Another option is to skip Step 1 by entering a vector of observation numbers in the argument skip.step1. These observation numbers should conform to the restrictions of this vignette or the function may fail. There are no internal checks on such a vector. Perhaps the most useful or safest set of manually entered observation numbers would be obtained from a run of the forsearch_foo function that does not skip step 1.

Step 2

Now consider step 2. It is possible that selecting the best fitting set of m+1 observations overall would result in reducing the number of observations in some subset to something below rnk. This must be prevented. Accordingly, the best fitting rnk observations is selected for each of the ig inner groups. Then these are all pooled across subgroups and another (m+1-ig*rnk) observations is added, bringing the total to m+1. By construction, each subgroup will have an invertible X’X matrix, as required.

A Consideration for Cox Proportional Hazard Calculations

Some observations in a Cox Proportional Hazards database will be censored. If a censored observation were to be included in Step 1 or in one of the minimal subsets of Step 2, the estimation function might fail. To prevent this, only uncensored observations are considered for Step 1 and for the initial subsetting of Step 2.

Nonlinear Models

It is well known that nonlinear statistical models provide greater challenges to the statistician than do linear models. This is especially true for the forward search process because the process begins and proceeds with very few observations. In addition, the model formula may contain difficulties that are not present in linear models. We are concerned here particularly with multiphasic models.

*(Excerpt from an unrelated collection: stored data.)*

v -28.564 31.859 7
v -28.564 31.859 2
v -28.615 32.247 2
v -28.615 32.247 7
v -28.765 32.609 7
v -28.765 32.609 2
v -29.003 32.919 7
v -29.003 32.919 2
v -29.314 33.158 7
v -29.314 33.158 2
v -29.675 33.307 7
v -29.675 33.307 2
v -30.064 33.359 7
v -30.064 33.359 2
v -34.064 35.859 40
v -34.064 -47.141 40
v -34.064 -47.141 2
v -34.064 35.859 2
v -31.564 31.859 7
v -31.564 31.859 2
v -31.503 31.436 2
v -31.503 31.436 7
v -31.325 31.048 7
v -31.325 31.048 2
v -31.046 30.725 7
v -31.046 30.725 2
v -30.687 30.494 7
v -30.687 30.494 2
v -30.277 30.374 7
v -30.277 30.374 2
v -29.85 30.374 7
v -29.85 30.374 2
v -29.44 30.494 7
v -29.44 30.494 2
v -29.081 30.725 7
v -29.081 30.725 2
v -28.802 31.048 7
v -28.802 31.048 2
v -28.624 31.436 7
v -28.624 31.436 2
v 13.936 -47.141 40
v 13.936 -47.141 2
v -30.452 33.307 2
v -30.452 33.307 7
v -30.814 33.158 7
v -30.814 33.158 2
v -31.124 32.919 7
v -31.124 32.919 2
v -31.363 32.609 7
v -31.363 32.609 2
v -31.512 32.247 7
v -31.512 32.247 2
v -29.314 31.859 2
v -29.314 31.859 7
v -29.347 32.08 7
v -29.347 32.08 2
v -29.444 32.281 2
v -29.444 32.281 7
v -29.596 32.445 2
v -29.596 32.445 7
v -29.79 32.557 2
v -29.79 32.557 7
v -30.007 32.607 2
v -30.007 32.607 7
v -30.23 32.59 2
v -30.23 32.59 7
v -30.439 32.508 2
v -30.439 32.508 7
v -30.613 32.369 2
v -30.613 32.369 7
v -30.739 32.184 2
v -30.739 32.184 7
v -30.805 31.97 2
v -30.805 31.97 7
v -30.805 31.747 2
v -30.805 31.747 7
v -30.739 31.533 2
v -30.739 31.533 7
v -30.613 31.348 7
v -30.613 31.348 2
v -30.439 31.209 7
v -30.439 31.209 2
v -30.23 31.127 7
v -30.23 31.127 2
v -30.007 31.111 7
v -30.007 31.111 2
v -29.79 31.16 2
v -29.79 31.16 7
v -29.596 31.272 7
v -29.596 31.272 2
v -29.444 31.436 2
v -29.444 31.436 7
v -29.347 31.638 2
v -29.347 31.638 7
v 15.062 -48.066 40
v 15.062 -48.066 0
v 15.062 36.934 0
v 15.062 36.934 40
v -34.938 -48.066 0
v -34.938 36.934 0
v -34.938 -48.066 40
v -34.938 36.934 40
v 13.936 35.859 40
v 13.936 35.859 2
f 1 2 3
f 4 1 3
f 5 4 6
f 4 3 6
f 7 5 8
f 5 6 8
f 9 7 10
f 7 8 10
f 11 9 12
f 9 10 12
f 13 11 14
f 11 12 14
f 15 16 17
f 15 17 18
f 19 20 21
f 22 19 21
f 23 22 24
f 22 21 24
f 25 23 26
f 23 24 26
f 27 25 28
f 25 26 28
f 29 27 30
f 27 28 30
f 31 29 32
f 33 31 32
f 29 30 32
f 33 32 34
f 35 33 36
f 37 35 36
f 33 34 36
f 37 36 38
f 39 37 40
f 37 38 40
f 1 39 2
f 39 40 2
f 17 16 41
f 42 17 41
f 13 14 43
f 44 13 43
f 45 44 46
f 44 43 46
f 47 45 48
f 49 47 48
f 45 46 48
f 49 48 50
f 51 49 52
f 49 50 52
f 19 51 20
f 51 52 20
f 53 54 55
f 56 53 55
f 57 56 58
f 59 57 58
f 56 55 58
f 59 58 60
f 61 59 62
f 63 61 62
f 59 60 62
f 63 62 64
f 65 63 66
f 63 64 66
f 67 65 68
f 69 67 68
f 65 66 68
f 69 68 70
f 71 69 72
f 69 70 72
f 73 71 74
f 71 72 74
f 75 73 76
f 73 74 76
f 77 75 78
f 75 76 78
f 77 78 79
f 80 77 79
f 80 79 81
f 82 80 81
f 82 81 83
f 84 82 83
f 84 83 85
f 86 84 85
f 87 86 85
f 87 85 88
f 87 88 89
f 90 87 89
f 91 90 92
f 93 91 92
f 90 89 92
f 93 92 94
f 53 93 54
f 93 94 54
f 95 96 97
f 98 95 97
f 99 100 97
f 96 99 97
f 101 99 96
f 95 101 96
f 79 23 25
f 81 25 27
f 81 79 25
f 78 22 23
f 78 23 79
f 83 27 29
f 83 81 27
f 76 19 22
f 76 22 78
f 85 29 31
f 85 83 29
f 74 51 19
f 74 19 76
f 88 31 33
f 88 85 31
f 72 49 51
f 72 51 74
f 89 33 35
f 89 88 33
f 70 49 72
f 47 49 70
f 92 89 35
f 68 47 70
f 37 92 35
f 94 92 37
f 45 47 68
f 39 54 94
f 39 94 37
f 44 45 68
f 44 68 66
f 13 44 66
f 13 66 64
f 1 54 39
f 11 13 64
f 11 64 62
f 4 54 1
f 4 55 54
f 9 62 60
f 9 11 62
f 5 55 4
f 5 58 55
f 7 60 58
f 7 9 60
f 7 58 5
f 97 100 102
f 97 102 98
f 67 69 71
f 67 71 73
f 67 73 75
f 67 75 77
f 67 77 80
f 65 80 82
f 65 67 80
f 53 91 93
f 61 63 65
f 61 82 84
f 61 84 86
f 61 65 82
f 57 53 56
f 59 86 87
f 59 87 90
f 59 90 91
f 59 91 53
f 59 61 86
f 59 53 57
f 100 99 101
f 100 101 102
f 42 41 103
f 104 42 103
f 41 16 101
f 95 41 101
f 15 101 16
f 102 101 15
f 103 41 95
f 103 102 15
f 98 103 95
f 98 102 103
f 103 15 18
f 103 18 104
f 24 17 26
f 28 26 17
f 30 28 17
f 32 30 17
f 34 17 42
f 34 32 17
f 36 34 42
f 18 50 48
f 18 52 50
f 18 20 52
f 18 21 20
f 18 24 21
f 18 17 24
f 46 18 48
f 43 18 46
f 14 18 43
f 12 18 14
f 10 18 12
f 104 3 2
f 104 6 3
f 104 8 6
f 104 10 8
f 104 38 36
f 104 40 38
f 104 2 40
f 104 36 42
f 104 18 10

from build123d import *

# Parameters (mm, degrees)
F0_W     = 50
F0_H     = 85
F1_DEPTH = 40
F2_W     = 48
F2_H     = 83
F3_DEPTH = 38
F5_DEPTH = 5
F6_R     = 0.75
F7_DEPTH = 5


with BuildPart() as f1:
    # F0 (on Top) → F1 (new body)
    with BuildSketch(Plane.XY):
        with Locations((-9.93821384, -5.5663399398)):
            Rectangle(F0_W, F0_H)
    extrude(amount=F1_DEPTH)

    # F2 (on face) → F3 (cut)
    with BuildSketch(Plane.XY.offset(40)):
        with Locations((-10.0635439157, -5.6413925663)):
            Rectangle(F2_W, F2_H)
    extrude(amount=-F3_DEPTH, mode=Mode.SUBTRACT)

    # F4 (on face) → F5 (join)
    with BuildSketch(Plane.XY.offset(2)):
        with BuildLine():
            Line((-30.0635439157, 31.8586074337), (-30.0635439157, 33.3586074337))
            ThreePointArc((-30.0635439157, 33.3586074337), (-31.1242040875, 32.9192676054), (-31.5635439157, 31.8586074337))
            Line((-31.5635439157, 31.8586074337), (-30.0635439157, 31.8586074337))
        make_face()
        with BuildLine():
            ThreePointArc((-31.5635439157, 31.8586074337), (-30.0635439157, 30.3586074337), (-28.5635439157, 31.8586074337))
            ThreePointArc((-28.5635439157, 31.8586074337), (-29.002883744, 32.9192676054), (-30.0635439157, 33.3586074337))
            Line((-30.0635439157, 33.3586074337), (-30.0635439157, 31.8586074337))
            Line((-30.0635439157, 31.8586074337), (-31.5635439157, 31.8586074337))
        make_face()
    extrude(amount=F5_DEPTH)

    # F6 (on face) → F7 (cut)
    with BuildSketch(Plane.XY.offset(7)):
        with Locations((-30.0635439157, 31.8586074337)):
            Circle(F6_R)
    extrude(amount=-F7_DEPTH, mode=Mode.SUBTRACT)


solid = f1.part
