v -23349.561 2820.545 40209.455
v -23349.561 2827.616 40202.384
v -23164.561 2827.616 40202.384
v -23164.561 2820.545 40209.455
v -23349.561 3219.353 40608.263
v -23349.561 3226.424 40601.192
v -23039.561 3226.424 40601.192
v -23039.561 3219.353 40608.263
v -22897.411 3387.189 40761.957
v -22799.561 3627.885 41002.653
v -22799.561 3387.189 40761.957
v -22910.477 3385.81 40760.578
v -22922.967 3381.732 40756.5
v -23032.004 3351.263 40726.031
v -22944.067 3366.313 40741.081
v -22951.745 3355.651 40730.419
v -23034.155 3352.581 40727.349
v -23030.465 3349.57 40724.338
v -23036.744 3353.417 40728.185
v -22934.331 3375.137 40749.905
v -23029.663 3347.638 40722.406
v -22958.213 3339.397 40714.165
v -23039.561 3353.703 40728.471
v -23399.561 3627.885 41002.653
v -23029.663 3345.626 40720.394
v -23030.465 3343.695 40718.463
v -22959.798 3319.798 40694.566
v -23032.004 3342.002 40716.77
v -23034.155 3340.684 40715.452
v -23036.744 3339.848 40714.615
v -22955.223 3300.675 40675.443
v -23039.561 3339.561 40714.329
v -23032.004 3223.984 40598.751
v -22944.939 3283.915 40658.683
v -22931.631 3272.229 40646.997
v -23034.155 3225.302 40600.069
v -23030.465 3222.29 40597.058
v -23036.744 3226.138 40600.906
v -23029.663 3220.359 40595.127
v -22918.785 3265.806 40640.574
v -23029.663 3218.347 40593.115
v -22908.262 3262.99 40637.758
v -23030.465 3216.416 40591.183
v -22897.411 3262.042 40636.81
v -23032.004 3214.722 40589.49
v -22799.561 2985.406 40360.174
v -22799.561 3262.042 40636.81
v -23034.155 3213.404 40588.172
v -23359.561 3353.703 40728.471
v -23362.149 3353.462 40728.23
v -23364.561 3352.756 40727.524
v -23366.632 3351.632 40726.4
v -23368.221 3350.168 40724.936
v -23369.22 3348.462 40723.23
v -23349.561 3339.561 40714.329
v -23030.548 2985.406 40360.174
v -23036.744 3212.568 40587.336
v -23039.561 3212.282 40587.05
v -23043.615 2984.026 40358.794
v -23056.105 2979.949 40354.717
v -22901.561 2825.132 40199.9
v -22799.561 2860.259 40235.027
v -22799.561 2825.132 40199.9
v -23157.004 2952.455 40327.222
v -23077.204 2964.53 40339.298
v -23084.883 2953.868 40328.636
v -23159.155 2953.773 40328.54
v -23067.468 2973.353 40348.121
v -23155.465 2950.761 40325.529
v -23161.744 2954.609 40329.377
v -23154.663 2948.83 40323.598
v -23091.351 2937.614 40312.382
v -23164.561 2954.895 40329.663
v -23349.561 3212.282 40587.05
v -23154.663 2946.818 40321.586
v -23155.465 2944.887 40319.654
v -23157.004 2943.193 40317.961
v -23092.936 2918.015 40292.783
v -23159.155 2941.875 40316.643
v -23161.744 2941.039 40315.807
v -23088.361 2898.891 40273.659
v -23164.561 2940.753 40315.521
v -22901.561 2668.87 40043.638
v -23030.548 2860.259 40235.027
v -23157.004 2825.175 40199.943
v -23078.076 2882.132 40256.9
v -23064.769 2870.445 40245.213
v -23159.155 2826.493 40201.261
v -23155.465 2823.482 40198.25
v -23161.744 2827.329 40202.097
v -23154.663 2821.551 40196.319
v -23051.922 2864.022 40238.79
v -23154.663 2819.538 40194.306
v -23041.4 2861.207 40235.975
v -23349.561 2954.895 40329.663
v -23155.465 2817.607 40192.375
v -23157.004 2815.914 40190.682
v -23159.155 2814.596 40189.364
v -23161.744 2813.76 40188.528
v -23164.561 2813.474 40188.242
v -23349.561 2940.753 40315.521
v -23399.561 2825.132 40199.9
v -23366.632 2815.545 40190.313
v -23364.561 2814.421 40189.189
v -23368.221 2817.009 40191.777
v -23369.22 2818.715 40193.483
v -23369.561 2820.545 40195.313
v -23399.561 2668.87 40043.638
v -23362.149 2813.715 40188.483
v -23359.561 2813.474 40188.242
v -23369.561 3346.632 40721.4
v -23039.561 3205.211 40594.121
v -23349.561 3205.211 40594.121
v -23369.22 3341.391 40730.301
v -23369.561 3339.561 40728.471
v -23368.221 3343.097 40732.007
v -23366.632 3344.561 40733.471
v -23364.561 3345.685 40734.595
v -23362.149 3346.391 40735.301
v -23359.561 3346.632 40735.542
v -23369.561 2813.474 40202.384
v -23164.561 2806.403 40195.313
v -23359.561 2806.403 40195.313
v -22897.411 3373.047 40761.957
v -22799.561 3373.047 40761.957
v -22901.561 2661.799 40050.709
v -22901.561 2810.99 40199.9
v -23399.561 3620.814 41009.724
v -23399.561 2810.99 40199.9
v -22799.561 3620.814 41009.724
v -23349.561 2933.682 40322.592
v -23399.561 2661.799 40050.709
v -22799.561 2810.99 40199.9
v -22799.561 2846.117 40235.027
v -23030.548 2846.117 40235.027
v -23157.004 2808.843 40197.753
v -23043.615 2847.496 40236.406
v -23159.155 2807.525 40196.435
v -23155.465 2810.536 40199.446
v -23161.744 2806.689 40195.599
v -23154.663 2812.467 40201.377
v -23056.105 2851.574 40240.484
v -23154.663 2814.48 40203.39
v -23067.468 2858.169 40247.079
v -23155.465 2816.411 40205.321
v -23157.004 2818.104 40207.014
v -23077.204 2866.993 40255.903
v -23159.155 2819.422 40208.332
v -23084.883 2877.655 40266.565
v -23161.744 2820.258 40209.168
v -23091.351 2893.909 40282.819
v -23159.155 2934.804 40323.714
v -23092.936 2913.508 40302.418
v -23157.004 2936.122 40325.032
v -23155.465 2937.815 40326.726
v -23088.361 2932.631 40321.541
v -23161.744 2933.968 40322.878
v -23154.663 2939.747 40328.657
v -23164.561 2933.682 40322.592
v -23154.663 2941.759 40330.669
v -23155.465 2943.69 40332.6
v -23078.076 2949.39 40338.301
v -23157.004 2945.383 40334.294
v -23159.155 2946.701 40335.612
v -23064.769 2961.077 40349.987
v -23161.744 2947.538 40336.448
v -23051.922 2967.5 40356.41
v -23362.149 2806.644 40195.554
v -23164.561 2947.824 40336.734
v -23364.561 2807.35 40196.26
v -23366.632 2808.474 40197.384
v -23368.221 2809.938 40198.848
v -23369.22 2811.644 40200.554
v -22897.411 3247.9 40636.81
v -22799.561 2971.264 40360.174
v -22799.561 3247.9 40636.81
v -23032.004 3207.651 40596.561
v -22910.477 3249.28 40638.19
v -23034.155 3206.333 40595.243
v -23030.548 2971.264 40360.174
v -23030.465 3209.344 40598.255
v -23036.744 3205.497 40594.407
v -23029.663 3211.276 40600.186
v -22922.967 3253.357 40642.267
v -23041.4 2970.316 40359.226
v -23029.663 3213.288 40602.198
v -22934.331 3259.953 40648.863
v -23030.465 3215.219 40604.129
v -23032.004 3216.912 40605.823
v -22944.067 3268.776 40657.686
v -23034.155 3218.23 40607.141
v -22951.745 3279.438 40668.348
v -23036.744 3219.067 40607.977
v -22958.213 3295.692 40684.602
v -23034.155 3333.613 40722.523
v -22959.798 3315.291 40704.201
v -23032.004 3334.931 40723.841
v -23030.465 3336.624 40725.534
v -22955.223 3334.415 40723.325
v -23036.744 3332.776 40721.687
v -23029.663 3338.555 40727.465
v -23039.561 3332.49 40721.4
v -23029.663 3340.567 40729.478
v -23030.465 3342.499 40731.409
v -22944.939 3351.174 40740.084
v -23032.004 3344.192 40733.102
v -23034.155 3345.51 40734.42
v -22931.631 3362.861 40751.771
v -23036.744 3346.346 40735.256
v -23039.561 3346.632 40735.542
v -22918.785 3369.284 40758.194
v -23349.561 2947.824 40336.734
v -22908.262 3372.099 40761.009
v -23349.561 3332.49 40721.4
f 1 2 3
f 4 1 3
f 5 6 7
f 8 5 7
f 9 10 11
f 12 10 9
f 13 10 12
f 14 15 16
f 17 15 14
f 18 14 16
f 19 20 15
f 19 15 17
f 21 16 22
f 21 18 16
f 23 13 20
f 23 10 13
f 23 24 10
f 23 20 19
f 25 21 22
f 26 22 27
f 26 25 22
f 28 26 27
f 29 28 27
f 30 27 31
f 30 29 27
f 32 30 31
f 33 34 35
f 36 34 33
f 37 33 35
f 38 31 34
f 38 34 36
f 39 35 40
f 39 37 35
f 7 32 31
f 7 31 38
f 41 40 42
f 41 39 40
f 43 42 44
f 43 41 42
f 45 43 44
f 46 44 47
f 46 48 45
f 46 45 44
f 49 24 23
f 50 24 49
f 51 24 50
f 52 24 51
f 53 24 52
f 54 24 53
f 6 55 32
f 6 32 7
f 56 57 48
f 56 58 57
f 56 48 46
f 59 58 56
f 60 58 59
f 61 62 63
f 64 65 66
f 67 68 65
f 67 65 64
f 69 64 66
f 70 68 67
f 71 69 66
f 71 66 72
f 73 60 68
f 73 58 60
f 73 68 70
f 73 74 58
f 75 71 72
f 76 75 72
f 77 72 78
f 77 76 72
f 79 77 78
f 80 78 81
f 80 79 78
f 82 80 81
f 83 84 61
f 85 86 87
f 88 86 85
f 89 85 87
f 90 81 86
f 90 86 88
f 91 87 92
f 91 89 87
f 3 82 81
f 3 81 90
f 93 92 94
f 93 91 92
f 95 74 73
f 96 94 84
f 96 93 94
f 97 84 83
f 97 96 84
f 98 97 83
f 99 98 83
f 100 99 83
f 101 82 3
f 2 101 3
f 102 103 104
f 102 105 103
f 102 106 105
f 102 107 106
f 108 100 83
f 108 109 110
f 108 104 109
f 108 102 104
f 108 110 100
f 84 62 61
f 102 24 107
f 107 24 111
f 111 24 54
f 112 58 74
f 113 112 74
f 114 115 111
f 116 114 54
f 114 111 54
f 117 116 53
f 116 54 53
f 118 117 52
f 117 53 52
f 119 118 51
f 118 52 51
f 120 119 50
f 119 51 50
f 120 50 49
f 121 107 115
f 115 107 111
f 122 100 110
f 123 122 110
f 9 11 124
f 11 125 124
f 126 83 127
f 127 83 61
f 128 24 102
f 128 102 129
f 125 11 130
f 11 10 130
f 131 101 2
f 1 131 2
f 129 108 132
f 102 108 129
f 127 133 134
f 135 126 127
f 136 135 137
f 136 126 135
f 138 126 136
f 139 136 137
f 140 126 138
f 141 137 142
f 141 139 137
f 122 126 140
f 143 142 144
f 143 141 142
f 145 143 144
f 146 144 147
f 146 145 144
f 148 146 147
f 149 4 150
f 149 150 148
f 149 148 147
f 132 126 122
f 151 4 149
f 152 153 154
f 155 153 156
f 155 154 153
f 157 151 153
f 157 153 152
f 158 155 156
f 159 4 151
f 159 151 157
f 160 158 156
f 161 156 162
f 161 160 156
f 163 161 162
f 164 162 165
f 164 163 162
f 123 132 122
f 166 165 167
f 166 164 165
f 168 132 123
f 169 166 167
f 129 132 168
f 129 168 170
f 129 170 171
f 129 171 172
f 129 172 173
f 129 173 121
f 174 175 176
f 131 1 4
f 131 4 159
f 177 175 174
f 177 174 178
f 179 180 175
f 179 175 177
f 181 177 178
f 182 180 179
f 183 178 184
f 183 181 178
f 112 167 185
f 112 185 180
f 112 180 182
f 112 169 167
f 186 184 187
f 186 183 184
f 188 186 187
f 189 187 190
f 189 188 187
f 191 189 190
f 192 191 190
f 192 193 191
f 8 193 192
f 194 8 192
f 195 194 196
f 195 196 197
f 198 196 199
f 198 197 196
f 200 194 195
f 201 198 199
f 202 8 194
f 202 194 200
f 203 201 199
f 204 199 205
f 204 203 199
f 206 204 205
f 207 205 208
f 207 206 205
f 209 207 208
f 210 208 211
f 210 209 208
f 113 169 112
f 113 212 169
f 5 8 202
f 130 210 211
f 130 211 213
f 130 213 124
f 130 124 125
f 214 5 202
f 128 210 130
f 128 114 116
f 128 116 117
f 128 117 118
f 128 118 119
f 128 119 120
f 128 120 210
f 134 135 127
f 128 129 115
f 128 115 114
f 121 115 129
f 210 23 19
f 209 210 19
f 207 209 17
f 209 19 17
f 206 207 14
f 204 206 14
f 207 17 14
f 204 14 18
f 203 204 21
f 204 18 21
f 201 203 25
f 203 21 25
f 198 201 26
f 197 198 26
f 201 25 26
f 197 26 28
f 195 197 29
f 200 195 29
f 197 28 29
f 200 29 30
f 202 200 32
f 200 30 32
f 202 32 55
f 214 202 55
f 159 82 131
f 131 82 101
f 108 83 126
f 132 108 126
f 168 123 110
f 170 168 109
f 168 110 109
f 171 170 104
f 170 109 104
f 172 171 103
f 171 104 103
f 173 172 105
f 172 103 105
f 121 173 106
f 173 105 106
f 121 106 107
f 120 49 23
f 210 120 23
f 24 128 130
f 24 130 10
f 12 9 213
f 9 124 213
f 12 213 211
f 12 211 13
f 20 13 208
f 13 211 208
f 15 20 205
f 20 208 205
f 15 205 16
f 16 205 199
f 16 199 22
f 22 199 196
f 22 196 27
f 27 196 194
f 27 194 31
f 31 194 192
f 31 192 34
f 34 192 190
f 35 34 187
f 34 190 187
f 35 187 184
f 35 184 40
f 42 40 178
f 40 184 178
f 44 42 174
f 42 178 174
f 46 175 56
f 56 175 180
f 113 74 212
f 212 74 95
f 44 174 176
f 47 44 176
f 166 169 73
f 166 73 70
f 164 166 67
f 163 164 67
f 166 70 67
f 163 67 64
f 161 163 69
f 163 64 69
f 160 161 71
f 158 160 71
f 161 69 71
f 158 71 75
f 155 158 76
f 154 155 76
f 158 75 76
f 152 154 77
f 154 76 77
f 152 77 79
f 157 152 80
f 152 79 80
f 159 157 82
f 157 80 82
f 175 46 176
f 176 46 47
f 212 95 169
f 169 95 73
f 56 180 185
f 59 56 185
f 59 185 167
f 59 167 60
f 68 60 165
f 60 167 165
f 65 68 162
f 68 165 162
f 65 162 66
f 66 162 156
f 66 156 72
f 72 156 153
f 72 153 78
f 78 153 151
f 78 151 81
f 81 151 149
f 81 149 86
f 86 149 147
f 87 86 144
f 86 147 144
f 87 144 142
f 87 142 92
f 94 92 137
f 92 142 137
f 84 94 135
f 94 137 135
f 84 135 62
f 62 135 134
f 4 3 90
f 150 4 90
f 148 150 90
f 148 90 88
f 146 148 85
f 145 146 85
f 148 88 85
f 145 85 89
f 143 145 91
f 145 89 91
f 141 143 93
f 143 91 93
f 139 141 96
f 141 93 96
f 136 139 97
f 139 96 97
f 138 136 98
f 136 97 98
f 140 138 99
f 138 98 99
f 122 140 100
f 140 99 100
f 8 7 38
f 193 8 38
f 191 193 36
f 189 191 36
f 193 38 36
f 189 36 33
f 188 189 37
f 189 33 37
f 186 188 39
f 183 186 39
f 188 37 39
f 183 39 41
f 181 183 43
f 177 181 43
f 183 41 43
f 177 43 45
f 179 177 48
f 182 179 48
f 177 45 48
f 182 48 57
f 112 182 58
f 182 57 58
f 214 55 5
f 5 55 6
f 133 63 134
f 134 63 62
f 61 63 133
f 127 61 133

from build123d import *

# Parameters (mm, degrees)
BOSS_EXTRUDE1_START = -22799.561142
BOSS_EXTRUDE1_DEPTH = 600
CUT_EXTRUDE1_START  = 2846.116519
CUT_EXTRUDE1_DEPTH  = 541.072944
BOSS_EXTRUDE2_DEPTH = 498
CUT_EXTRUDE2_DEPTH  = 689.125788175


with BuildPart() as part:
    # Sketch3 → Boss-Extrude1 (new body)
    with BuildSketch(Plane(origin=(0, 0, 0), x_dir=(0, 0, -1), z_dir=(1, 0, 0)).offset(BOSS_EXTRUDE1_START)):
        Polygon((-40199.900195068, 2810.990103756), (-41009.724035702, 3620.813944389), (-41002.65296789, 3627.885012201), (-40199.900195068, 2825.132239379), align=None)
    extrude(amount=-BOSS_EXTRUDE1_DEPTH)

    # Sketch4 → Cut-Extrude1 (cut)
    with BuildSketch(Plane(origin=(0, 0, 0), x_dir=(1, 0, 0), z_dir=(0, 1, 0)).offset(CUT_EXTRUDE1_START)):
        with BuildLine():
            Line((-22799.561141737, -40360.17380628), (-23030.548097876, -40360.17380628))
            ThreePointArc((-23030.548097876, -40360.17380628), (-23093.121695819, -40297.600208337), (-23030.548097876, -40235.026610394))
            Line((-23030.548097876, -40235.026610394), (-22799.561141737, -40235.026610394))
            Line((-22799.561141737, -40235.026610394), (-22799.561141737, -40360.17380628))
        make_face()
        with BuildLine():
            Line((-22799.561141728, -40761.957418224), (-22897.41060103, -40761.957418224))
            ThreePointArc((-22897.41060103, -40761.957418224), (-22959.984198973, -40699.383820281), (-22897.41060103, -40636.810222338))
            Line((-22897.41060103, -40636.810222338), (-22799.561141728, -40636.810222338))
            Line((-22799.561141728, -40636.810222338), (-22799.561141728, -40761.957418224))
        make_face()
    extrude(amount=CUT_EXTRUDE1_DEPTH, mode=Mode.SUBTRACT)

    # Sketch5 → Boss-Extrude2 (add)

Consider a nonlinear model y = f(t, phi ) in which the response y depends on independent variables phi through a single input variable t, with A <= t <= B. If the model may be written y = (A <= t <= A1) * f1(t, phi¬1) + (A1 < t <= A2) * f2(t, phi2) + … + (Ar < t <= B) * fr(t,phir), where none of the phi1, phi2, …, phir sets of coefficients are the same, the model is defined to be multiphasic. Otherwise, it is defined to be monophasic. It is easy to see how a multiphasic model could produce a small subset of observations all from one phase of the range of t that would not permit prediction of all the model parameters. The forsearch_nls( ) function addresses this problem and prevents this possibility. As an example of a multiphasic model, consider the 6-minute walk test (6MWT) described in the vignette of the nlstools package (https://CRAN.R-project.org/package=nlstools).

Extracting the Intermediate Statistics

We first completely determine the sequence of observation sets as described above from the first value to m=nobs. This procedure yields the same sequence as that defined by Atkinson and Riani (2000) when the model is linear regression. Their procedure has been modified here to accommodate models with independent variables that are factors. The object of the analytical function, foo, at the center of each forsearch_foo function is saved temporarily in order to extract relevant statistics for plotting.

Dependence on the User

The forsearch_foo functions depend heavily on knowing which variables are factors. In turn, we depend on the user to identify all factor variables in the database by the as.factor() function prior to calling forsearch_foo. This includes grouping variables in forsearch_lme(). Variables that are not factors must not be declared to be factors.

Should dichotomous variables be declared to be factors? When one evaluates such variables in a large dataset, it doesn’t matter. You get the same result either way. The same goes for interactions among dichotomous factors. However, the nature of a forward search is to begin with very few observations. It is possible at early stages that the subset would not contain examples of many or even most of the possible crossed levels. Although this would argue for making all dichotomies factor variables, it should be recalled that this can greatly increase the number of observations included in Step 1.